Election 2016 (i): Hard questions, hard answers

With the 2016 election looming large, I have decided to pose questions for politicians in a series of blocks called “Hard questions, hard answers” (HQHA)

Given that politicians are not inclined to answer questions and when they do the answers are normally a combination of obfuscation, circumlocution and often just plain bullish, I have decided to provide the answers myself.

So, here is the first question. It’s is for Malcolm Turnbull.

HQ: Given your mantra of “jobs and growth”, could you please explain how retaining negative gearing is providing a stimulus for jobs and growth?

HA: Actually it doesn’t. It only provides a stimulus for people to speculate in rising property values. Unless people are investing in new homes, where there will be some stimulus to the economy.

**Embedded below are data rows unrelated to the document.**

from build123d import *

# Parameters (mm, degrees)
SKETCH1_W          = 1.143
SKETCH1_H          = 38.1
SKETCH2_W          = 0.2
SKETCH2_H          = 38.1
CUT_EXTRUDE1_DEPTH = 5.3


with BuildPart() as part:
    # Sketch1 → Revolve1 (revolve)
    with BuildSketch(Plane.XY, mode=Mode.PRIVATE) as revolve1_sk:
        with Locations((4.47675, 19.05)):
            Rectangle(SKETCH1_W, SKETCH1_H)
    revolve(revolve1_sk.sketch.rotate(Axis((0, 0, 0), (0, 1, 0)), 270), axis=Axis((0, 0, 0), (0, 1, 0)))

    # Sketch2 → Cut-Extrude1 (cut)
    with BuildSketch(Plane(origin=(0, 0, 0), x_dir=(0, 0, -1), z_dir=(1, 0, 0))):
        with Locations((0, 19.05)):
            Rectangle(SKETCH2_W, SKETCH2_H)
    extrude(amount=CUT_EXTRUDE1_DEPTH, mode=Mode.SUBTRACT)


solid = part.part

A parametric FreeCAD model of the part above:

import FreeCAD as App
import Part
import Sketcher
from FreeCAD import Vector
Q = App.Units.Quantity

doc = App.newDocument("Part")
body = doc.addObject("PartDesign::Body", "Body")

# Sketch on XY plane
sketch1 = doc.addObject("Sketcher::SketchObject", "Sketch")
body.addObject(sketch1)
sketch1.AttachmentSupport = (doc.XY_Plane, [""])
sketch1.MapMode = "FlatFace"
sketch1.addGeometry([
    Part.LineSegment(Vector(3.90525, 38.1, 0), Vector(3.90525, 0, 0)),
    Part.LineSegment(Vector(3.90525, 0, 0), Vector(5.04825, 0, 0)),
    Part.LineSegment(Vector(5.04825, 0, 0), Vector(5.04825, 38.1, 0)),
    Part.LineSegment(Vector(5.04825, 38.1, 0), Vector(3.90525, 38.1, 0)),
], False)
sketch1.addConstraint([
    Sketcher.Constraint("Coincident", 0, 2, 1, 1),
    Sketcher.Constraint("Coincident", 1, 2, 2, 1),
    Sketcher.Constraint("Coincident", 2, 2, 3, 1),
    Sketcher.Constraint("Coincident", 3, 2, 0, 1),
    Sketcher.Constraint("Vertical", 0),
    Sketcher.Constraint("Horizontal", 1),
    Sketcher.Constraint("Vertical", 2),
    Sketcher.Constraint("Horizontal", 3),
    Sketcher.Constraint("PointOnObject", 0, 2, -1),
    Sketcher.Constraint("DistanceY", 0, 2, 0, 1, Q("38.1 mm")),
    Sketcher.Constraint("DistanceX", 1, 1, 1, 2, Q("1.143 mm")),
    Sketcher.Constraint("DistanceX", -1, 1, 0, 2, Q("3.90525 mm")),
])
revolution = doc.addObject("PartDesign::Revolution", "Revolution")
body.addObject(revolution)
revolution.Profile = sketch1
revolution.ReferenceAxis = (sketch1, ["V_Axis"])
revolution.Angle = 360

# Sketch on YZ plane
sketch2 = doc.addObject("Sketcher::SketchObject", "Sketch001")
body.addObject(sketch2)
sketch2.AttachmentSupport = (doc.YZ_Plane, [""])
sketch2.MapMode = "FlatFace"
sketch2.addGeometry([
    Part.LineSegment(Vector(38.1, 0.1, 0), Vector(0, 0.1, 0)),
    Part.LineSegment(Vector(0, 0.1, 0), Vector(0, -0.1, 0)),
    Part.LineSegment(Vector(0, -0.1, 0), Vector(38.1, -0.1, 0)),
    Part.LineSegment(Vector(38.1, -0.1, 0), Vector(38.1, 0.1, 0)),
], False)
sketch2.addConstraint([
    Sketcher.Constraint("Coincident", 0, 2, 1, 1),
    Sketcher.Constraint("Coincident", 1, 2, 2, 1),
    Sketcher.Constraint("Coincident", 2, 2, 3, 1),
    Sketcher.Constraint("Coincident", 3, 2, 0, 1),
    Sketcher.Constraint("Horizontal", 0),
    Sketcher.Constraint("Vertical", 1),
    Sketcher.Constraint("Horizontal", 2),
    Sketcher.Constraint("Vertical", 3),
    Sketcher.Constraint("Symmetric", 0, 2, 1, 2, -1, 1),
    Sketcher.Constraint("DistanceX", 0, 2, 0, 1, Q("38.1 mm")),
    Sketcher.Constraint("DistanceY", 1, 2, 1, 1, Q("0.2 mm")),
])
pocket1 = doc.addObject("PartDesign::Pocket", "Pocket")
body.addObject(pocket1)
pocket1.Profile = sketch2
pocket1.Length = 5.3
pocket1.Reversed = True

doc.recompute()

HQ: You have said that it is designed to help average mums and dads “getting ahead”, yet the bulk of the deductions being made by the top 10% of income earners. Have you actually looked at the statistics?

HA: Yes I have. But I have decided to ignore the Australian Bureau of Statistics data. Sometimes you don’t need facts, you just need common sense.

HQ: Given that negative gearing costs $11 billion a year, wouldn’t it be worth introducing some restrictions to help reduce the budget deficit ?

HA:  If you look at Scott Morrison’s budget, you will understand that we are not interested in reducing the deficit, we are interested in being re-elected. You have to understand the bulk of people who used negative gearing are in Liberal held seats. Changing negative gearing will risk those seats. So it is not politically smart for us to change negative gearing arrangements. It’s all right for the Labor Party because they won’t lose seats as result of the policy.

HQ. You recently suggested that wealthy parents should buy their children homes to help them into the expensive housing market, have you done that your children and grandchildren?

HA: Look I’m not going to discuss my personal finances or the arrangements I have through my family trusts. Suffice to say that I’m protecting the financial interests of my family.


Labor has attacked Malcolm Turnbull over the purchase of his daughter’s $2.7 million apartment, following comments from the prime minister suggesting that parents should be helping their children to buy a home.

Daisy Turnbull Brown is a history teachers in New South Wales,  on about $65,000 a year. But she was able to buy a subpenthouse,  in 2008 – she was then aged 23 – for the pricey sum of $2.7 million,” alleged Labor Senator Doug Cameron.


Malcolm Turnbull, his grandson Jack and daughter Daisy set out to find the house that Jack bought.